Friday, September 12, 2008

12 September

birthdays have always been big in my family. growing up, my parents tended to be too busy being revolutionaries and graduate students to take the time and energy to get worked up about holidays. but birthdays? oh, those were super special days - i mean, a birthday is your day and no one has the right to take that away from you, not even a revolutionary. and everyone was expected to treat another's birthday with the reverence it deserved.


like a lot of kids in this world, i did not have a wage earning job and so, when it came to birthdays, i was expected to use my skills and resources found around the house in order to come up with at least a card and hopefully a gift too.


i am sure i have shared with you my atrocious handwriting and rather frightening drawing ability - or rather, lack thereof. but a birthday is a birthday and you do what you can and you put your all into it. and so i would make the most hideous cards but i will say that they were full of love and frustration and lots of shadows where i had used my eraser over and over again, just trying to make things perfect.

so, when i was, i don't know, maybe about 10, i decided that black was my favourite colour - looking in my closet, one might argue that black still is my favourite colour. i knew that, whatever i did, it would have to incorporate black. and what i did was make my mother a personalised pin cushion. i dug through her sewing scraps and found a pink piece of hardy cottong fabric that was just the right size and then i went through her knitting basket and found some black yarn. i took my time and made a border around the pin cushion and stuffed it with other scraps. and finally, the piece de resistance, painstakingly embroidered her initials on each side of the cushion. i was so proud of myself!
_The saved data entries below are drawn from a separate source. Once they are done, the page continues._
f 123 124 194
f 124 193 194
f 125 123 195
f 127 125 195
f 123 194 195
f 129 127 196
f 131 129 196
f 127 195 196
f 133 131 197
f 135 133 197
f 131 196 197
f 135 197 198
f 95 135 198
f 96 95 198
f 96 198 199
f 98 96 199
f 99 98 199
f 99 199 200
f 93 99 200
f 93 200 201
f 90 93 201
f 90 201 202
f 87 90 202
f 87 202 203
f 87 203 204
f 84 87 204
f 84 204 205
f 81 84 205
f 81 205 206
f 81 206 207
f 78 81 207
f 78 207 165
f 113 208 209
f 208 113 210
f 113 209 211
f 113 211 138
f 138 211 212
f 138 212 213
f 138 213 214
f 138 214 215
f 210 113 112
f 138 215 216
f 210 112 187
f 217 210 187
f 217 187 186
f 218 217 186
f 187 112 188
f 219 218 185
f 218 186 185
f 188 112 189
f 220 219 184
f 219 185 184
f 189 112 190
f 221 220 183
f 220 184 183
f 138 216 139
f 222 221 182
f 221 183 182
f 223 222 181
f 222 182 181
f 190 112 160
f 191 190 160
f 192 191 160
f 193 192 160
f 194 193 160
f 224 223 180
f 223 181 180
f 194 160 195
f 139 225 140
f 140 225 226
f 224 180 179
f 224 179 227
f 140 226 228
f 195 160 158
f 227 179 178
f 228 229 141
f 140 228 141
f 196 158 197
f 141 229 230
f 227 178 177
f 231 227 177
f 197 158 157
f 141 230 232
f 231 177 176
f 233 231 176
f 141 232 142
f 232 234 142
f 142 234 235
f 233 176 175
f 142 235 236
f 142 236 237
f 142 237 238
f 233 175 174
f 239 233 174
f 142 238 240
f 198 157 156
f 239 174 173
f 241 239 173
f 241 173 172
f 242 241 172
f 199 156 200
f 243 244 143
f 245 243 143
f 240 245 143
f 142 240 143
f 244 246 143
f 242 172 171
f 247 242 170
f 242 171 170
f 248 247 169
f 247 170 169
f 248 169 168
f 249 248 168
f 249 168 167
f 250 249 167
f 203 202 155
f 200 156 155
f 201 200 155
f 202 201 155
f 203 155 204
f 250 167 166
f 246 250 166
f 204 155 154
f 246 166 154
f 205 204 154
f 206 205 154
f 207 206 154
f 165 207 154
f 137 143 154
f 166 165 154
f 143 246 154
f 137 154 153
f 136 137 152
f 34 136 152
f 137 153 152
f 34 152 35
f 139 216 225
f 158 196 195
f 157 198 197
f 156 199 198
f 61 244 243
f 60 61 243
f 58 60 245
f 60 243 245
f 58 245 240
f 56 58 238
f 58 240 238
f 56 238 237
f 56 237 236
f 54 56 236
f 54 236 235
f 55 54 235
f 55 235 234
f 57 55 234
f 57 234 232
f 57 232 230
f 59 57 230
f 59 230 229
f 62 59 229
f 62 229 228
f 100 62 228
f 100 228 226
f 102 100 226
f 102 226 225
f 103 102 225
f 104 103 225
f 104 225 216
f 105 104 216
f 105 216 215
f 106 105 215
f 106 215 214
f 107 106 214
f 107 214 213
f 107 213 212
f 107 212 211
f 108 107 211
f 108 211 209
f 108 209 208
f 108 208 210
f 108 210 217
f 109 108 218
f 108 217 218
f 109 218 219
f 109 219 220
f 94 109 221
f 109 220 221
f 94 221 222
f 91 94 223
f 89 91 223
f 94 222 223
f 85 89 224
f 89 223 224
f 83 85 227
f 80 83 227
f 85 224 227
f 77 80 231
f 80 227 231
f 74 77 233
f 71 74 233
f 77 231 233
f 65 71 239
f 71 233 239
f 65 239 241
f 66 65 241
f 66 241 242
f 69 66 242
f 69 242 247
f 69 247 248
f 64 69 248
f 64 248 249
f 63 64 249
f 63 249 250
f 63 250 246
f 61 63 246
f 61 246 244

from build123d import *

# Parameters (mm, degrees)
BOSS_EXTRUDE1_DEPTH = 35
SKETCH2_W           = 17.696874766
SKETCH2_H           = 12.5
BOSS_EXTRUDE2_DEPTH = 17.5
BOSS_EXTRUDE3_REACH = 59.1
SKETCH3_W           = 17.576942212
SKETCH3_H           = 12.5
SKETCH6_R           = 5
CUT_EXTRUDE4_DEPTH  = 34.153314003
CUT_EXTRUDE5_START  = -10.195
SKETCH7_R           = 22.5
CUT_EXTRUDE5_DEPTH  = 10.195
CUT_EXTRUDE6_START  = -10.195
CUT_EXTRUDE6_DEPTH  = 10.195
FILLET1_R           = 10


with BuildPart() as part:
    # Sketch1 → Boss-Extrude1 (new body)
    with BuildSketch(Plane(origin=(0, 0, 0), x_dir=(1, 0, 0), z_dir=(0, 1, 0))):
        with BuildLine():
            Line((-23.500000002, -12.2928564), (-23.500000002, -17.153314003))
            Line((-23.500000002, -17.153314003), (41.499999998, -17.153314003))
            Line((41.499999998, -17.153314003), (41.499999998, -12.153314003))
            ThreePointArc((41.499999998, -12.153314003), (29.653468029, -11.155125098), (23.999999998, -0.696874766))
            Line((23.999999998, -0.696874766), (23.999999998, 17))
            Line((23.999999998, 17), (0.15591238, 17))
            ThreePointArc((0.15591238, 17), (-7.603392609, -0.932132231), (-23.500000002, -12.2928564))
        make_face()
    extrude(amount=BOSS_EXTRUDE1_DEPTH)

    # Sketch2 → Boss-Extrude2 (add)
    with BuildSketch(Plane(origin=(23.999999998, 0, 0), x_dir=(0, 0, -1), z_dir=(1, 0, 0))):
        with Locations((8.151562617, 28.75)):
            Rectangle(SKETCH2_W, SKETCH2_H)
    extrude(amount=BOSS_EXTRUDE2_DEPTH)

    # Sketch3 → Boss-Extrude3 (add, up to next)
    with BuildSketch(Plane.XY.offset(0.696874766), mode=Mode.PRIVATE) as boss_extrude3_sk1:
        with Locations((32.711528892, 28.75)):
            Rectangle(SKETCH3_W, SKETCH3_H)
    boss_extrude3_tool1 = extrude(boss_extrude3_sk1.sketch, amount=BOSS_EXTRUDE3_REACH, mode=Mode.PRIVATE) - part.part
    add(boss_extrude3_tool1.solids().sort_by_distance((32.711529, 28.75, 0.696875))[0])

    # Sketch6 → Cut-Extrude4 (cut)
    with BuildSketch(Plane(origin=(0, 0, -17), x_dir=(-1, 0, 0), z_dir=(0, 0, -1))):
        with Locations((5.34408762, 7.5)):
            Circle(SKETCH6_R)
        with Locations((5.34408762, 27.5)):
i went home to visit and there it was still, next to the sewing machine. and boy is it an eyesore! i couldn't believe that she still had it and so i asked her why she hadn't gotten herself a prettier pin cushion. she looked at me as though i was crazy and said - well, you gave it to me as a birthday present. i like it.
i offered to replace it and she insisted that she liked it find and it still worked very well.
i don't know because i look at that thing and wonder - what the heck was i thinking?

ah mothers.

1 comment:

Kristi Tencarre said...

how sweet! I'm so glad she kept it and that you were creative even back then!!! :-) what's that saying: "creativity is born of necessity" ???